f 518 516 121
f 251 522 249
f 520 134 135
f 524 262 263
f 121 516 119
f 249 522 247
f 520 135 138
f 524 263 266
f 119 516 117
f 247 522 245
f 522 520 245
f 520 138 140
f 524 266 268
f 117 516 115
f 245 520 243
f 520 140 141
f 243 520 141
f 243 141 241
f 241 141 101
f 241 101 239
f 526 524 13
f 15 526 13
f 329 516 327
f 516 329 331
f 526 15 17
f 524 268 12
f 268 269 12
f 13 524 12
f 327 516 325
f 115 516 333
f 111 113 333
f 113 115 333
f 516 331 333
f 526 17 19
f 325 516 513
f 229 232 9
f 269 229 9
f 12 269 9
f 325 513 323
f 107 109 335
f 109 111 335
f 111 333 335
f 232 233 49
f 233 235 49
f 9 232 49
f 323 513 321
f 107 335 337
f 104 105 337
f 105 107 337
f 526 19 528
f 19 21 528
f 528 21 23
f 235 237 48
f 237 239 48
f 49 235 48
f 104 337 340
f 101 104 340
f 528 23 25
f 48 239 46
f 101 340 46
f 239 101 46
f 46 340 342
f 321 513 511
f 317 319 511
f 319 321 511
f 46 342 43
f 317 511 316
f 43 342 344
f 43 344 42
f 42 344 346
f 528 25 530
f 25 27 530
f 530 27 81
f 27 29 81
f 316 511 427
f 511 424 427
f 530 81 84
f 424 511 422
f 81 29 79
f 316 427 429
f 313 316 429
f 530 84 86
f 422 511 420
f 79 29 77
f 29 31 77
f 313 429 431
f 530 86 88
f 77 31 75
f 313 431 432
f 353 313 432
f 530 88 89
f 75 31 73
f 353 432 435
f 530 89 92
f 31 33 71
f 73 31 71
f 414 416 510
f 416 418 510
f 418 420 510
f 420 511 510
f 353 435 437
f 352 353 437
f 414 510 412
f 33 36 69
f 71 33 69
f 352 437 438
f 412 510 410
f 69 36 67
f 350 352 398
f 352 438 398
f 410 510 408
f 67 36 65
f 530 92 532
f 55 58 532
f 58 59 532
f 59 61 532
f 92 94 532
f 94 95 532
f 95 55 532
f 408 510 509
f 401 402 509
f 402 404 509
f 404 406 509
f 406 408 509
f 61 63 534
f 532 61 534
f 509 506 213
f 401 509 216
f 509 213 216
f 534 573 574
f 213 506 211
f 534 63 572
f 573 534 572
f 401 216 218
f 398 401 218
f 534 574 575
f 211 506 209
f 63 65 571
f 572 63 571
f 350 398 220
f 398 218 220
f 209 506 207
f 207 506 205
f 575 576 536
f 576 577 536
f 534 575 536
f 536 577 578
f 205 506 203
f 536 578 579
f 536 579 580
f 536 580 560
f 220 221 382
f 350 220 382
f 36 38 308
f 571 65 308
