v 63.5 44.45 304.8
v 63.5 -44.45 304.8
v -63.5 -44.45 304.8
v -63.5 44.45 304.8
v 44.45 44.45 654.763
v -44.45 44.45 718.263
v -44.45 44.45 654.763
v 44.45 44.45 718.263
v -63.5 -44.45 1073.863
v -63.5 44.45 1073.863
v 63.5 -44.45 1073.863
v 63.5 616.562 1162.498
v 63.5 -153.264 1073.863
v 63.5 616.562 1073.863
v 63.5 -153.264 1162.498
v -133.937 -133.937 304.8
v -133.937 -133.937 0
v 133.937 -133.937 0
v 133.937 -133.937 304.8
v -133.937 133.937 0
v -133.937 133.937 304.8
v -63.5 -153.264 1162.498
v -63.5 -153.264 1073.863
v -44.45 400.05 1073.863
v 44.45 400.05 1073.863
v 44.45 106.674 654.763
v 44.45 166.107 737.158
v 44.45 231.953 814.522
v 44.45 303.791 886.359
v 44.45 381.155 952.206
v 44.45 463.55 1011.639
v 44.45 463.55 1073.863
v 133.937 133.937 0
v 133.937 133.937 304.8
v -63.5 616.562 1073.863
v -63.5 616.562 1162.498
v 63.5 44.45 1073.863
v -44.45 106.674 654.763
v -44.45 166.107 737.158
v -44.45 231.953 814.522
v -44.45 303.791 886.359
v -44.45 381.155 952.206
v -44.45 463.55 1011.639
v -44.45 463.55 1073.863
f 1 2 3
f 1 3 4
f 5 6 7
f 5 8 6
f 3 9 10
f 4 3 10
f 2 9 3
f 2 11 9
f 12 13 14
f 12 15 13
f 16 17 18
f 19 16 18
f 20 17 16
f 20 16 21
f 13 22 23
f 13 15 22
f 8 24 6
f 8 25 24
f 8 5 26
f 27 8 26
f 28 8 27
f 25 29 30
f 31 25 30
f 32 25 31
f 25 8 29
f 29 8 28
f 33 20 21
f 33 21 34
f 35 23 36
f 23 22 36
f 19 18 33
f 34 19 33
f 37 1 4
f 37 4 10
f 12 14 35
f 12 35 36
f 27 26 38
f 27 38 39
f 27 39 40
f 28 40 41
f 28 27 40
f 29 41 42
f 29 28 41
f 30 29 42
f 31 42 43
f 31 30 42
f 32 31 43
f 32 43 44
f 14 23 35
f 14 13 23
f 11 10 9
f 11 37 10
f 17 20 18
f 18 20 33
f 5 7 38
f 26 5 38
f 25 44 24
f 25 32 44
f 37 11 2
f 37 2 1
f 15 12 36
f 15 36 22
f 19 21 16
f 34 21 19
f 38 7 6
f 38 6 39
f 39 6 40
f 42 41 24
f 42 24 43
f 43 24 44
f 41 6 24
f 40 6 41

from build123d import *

# Parameters (mm, degrees)
F1_W          = 267.8742408752
F1_H          = 267.8742408752
F2_DEPTH      = 304.8
F3_DEPTH      = 63.5
F4_DEPTH      = 63.5
F4_DEPTH_BACK = 63.5
F5_DEPTH      = 44.45


with BuildPart() as f2:
    # F1 (on Top) → F2 (new body, through all)
    with BuildSketch(Plane.XY):
        Rectangle(F1_W, F1_H)
    extrude(amount=F2_DEPTH)


with BuildPart() as f3:
    # F0 (on Right) → F3 (new body, symmetric)
    with BuildSketch(Plane.YZ):
        Polygon((-44.45, 1073.8629251003), (-44.45, 304.8), (44.45, 304.8), (44.45, 654.7629251003), (44.45, 718.2629251003), (44.45, 1073.8629251003), align=None)
    extrude(amount=F3_DEPTH, both=True)


with BuildPart() as f4:
    # F0 (on Right) → F4 (new body, two sides)
    with BuildSketch(Plane.YZ) as f4_sk:
        Polygon((-153.2636582851, 1073.8629251003), (-44.45, 1073.8629251003), (44.45, 1073.8629251003), (400.05, 1073.8629251003), (463.55, 1073.8629251003), (616.5617704391, 1073.8629251003), (616.5617704391, 1162.4975204468), (-153.2636582851, 1162.4975204468), align=None)
    extrude(amount=F4_DEPTH)
    extrude(f4_sk.sketch, amount=-F4_DEPTH_BACK)


with BuildPart() as f5:
    # F0 (on Right) → F5 (new body, symmetric)
    with BuildSketch(Plane.YZ):
        with BuildLine():
            Line((44.45, 718.2629251003), (44.45, 654.7629251003))
            Line((44.45, 654.7629251003), (106.673585695, 654.7629251003))
            ThreePointArc((106.673585695, 654.7629251003), (267.1512806053, 851.161644495), (463.55, 1011.6393394054))
            Line((463.55, 1011.6393394054), (463.55, 1073.8629251003))
            Line((463.55, 1073.8629251003), (400.05, 1073.8629251003))
            Line((400.05, 1073.8629251003), (44.45, 718.2629251003))
        make_face()
    extrude(amount=F5_DEPTH, both=True)


solid = Compound([f2.part, f3.part, f4.part, f5.part])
--
## What you need to do
Repeat exactly the lines of the listing above, from the one with "f 524 262 263" down to the one with "f 101 104 340"; both of those lines belong in the range.

## Solution to this exercise
f 524 262 263
f 121 516 119
f 249 522 247
f 520 135 138
f 524 263 266
f 119 516 117
f 247 522 245
f 522 520 245
f 520 138 140
f 524 266 268
f 117 516 115
f 245 520 243
f 520 140 141
f 243 520 141
f 243 141 241
f 241 141 101
f 241 101 239
f 526 524 13
f 15 526 13
f 329 516 327
f 516 329 331
f 526 15 17
f 524 268 12
f 268 269 12
f 13 524 12
f 327 516 325
f 115 516 333
f 111 113 333
f 113 115 333
f 516 331 333
f 526 17 19
f 325 516 513
f 229 232 9
f 269 229 9
f 12 269 9
f 325 513 323
f 107 109 335
f 109 111 335
f 111 333 335
f 232 233 49
f 233 235 49
f 9 232 49
f 323 513 321
f 107 335 337
f 104 105 337
f 105 107 337
f 526 19 528
f 19 21 528
f 528 21 23
f 235 237 48
f 237 239 48
f 49 235 48
f 104 337 340
f 101 104 340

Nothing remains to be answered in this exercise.